Def: Given a Lie subgroup $G \leq \text{GL}_n(\mathbb{R})$.

• A $G$-structure on an $n$-manifold $M$ is a $G$-subbundle $B \subset FM$ of the general frame bundle $FM$ of $M$.
• A $G$-structure $B \subset FM$ is flat iff it admits a section $s \in \Gamma(B)$, denoted say $s(p) = (E_1(p), \ldots, E_n(p))$, such that $[E_i, E_j] = 0$. (That is, $s$ is locally a coordinate frame.)
• A $G$-structure $B \subset FM$ is torsion-free iff it admits a torsion-free connection.

Flat implies torsion-free, but the converse generally fails. It can be shown that "torsion-free" is equivalent to being "flat to first-order" in a certain precise sense.

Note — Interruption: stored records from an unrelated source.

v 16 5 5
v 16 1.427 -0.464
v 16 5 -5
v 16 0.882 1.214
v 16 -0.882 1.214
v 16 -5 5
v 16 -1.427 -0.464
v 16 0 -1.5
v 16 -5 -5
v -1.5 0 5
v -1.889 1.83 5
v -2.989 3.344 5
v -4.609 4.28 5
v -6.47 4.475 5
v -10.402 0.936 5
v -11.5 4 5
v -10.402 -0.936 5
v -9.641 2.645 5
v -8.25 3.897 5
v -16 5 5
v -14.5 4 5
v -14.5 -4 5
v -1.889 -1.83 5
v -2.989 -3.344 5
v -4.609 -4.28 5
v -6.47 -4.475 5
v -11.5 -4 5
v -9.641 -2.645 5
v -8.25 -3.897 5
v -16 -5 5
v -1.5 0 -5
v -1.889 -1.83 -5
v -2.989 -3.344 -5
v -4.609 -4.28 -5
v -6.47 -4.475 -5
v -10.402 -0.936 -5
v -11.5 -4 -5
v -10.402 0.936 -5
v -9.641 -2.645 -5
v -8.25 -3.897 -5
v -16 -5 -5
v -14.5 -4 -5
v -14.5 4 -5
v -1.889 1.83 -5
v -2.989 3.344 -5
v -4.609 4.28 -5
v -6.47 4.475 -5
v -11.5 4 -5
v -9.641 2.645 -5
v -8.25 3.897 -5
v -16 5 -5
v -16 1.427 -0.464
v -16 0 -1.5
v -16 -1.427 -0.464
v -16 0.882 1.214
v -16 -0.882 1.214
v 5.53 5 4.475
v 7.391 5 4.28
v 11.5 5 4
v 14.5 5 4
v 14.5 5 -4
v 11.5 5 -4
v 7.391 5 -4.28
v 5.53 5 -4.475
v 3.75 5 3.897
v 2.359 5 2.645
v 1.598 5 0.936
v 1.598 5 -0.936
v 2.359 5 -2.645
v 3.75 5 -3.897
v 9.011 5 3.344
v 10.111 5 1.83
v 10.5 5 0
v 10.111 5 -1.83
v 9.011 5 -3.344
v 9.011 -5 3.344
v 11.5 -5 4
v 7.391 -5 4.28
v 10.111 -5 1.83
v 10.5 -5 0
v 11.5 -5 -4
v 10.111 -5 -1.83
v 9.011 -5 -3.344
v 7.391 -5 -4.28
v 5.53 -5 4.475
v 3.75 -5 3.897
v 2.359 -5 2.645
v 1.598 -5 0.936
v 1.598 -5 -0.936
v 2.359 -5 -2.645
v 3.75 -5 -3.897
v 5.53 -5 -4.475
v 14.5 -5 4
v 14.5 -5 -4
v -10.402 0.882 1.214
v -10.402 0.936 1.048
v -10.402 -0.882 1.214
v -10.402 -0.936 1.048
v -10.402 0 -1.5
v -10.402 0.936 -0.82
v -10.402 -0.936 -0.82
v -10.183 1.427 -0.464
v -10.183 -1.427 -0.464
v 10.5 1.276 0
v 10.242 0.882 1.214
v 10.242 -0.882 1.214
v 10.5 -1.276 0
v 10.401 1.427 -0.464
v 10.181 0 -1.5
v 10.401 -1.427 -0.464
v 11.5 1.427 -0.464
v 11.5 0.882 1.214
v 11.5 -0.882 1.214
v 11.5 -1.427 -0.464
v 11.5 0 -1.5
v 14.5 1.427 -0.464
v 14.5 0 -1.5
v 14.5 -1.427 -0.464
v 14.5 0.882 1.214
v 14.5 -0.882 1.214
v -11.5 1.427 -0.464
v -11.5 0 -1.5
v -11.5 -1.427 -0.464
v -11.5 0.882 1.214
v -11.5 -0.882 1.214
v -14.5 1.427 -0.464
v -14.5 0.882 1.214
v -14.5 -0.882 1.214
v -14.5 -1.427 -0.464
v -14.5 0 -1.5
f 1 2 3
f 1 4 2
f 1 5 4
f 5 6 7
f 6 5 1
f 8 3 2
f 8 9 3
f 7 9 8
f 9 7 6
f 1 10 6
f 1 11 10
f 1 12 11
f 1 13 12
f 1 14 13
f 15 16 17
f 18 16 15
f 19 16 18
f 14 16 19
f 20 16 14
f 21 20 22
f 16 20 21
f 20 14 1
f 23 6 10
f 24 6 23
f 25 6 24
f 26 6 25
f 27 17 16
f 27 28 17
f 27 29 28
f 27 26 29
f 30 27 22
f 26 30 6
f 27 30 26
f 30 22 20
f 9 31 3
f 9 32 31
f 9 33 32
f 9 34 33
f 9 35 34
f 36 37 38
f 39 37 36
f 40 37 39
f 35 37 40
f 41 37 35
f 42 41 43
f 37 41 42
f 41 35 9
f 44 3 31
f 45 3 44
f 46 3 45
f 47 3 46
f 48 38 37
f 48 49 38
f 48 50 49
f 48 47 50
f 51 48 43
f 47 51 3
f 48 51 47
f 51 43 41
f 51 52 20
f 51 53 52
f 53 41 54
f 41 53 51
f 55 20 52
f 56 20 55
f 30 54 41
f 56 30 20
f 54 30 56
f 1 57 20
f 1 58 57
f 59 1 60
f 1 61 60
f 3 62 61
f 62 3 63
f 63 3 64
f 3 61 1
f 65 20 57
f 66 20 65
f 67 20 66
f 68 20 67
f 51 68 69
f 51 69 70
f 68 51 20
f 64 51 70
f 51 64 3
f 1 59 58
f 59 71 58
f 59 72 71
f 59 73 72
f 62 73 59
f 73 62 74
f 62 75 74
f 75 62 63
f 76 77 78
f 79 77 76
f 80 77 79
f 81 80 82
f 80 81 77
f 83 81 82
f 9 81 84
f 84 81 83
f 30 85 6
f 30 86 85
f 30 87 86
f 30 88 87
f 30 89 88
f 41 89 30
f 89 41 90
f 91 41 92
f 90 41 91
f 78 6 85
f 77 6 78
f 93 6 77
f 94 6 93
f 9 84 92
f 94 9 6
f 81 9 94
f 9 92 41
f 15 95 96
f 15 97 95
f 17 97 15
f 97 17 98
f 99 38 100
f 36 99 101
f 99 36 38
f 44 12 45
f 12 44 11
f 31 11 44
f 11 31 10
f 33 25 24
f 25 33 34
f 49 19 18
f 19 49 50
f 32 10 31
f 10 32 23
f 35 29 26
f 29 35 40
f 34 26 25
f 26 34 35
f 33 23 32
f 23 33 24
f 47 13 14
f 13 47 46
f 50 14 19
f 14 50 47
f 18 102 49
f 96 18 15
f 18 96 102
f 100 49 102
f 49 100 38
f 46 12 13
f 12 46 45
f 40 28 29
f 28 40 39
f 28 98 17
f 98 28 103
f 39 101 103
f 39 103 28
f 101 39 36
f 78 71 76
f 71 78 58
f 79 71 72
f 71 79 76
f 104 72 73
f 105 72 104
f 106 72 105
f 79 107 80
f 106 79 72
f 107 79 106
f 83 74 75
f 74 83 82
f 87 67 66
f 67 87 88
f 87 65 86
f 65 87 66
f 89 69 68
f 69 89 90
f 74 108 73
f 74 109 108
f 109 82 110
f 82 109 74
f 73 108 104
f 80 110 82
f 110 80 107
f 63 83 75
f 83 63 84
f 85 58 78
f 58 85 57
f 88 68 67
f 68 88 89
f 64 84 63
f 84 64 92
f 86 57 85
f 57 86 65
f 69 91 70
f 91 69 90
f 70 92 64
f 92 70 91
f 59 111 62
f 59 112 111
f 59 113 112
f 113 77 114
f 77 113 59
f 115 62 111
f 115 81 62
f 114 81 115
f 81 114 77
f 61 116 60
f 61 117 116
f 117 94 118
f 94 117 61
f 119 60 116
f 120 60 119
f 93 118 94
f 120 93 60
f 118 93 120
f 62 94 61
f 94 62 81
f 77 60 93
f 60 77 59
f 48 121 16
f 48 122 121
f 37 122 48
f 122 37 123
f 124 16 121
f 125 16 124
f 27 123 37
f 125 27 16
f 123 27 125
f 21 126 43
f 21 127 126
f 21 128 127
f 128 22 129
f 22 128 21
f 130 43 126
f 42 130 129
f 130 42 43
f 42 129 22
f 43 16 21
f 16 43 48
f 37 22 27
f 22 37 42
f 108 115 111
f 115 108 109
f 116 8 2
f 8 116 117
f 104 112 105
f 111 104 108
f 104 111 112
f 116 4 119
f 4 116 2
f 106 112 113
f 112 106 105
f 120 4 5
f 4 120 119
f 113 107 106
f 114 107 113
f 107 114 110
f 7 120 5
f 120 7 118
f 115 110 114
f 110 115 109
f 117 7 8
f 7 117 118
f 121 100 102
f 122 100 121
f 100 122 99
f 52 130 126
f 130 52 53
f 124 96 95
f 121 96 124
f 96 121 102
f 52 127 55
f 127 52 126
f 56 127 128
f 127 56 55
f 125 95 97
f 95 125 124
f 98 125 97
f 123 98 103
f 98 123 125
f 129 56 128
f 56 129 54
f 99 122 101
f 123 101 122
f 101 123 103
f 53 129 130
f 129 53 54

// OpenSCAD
// clamp to hold 8 mm bar - for optics holders
// 8 mm bar held with M3 grubscrew
// GNU GPLv2
// by amk



%cube([200,200,0.01],true);



difference(){
translate([0, 0,0])cube([32,10,10], center=true);
translate([-6, 0,0])cylinder(14,4.5,4.5, center=true);
translate([6, 0,0])rotate([90,0,0])cylinder(14,4.5,4.5, center=true);
translate([13, 0,0])rotate([90,0,0])cube([3,8,12], center=true);
translate([-13, 0,0])cube([3,8,12], center=true);
translate([14, 0,0])rotate([0,90,0])cylinder(10,1.5,1.5, center=true);
translate([-14, 0,0])rotate([0,90,0])cylinder(10,1.5,1.5, center=true);
}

Example: Let $\text{O}(n) \leq \text{GL}_n(\mathbb{R})$ be embedded in the usual way. An $\text{O}(n)$-structure on $M^n$ is equivalent to a Riemannian metric on $M^n$. The $\text{O}(n)$-structure is flat iff $M$ is locally isometric to $(\mathbb{R}^n, g_{\text{std}})$. The Fundamental Lemma of Riemannian Geometry is exactly the statement that every $\text{O}(n)$-structure is torsion-free.

Example: Let $\text{U}(n) \leq \text{GL}_{2n}(\mathbb{R})$ be embedded in the usual way. A $\text{U}(n)$-structure on $M^{2n}$ is equivalent to a pair $(J,g)$ on $M^{2n}$, where $J$ is an almost-complex structure and $g$ is an almost-Hermitian metric for $J$. The $\text{U}(n)$-structure is flat iff $(M^{2n}, J, g)$ is locally isomorphic to $(\mathbb{C}^n, J_{\text{std}}, g_{\text{std}})$. The $\text{U}(n)$-structure is torsion-free iff it is Kahler.

On a compact manifold $M^n$ with a torsion-free $G$-structure, where $G \leq \text{O}(n)$ is a closed Lie subgroup, one can often (maybe always?) state an analogue of the Hodge and Lefschetz decompositions. At the very least, this can be done when $G$ is a group arising in Berger's List: $\text{U}(n)$, $\text{SU}(n)$, $\text{Sp}(n)$, $\text{Sp}(n) \text{Sp}(1)$, $\text{G}_2$, or $\text{Spin}(7)$.

As to why so many manifolds we meet are Kahler? Every submanifold of $\mathbb{C}^n$ and of $\mathbb{CP}^n$ inherits a Kahler structure, and complex affine/projective varieties come up a lot.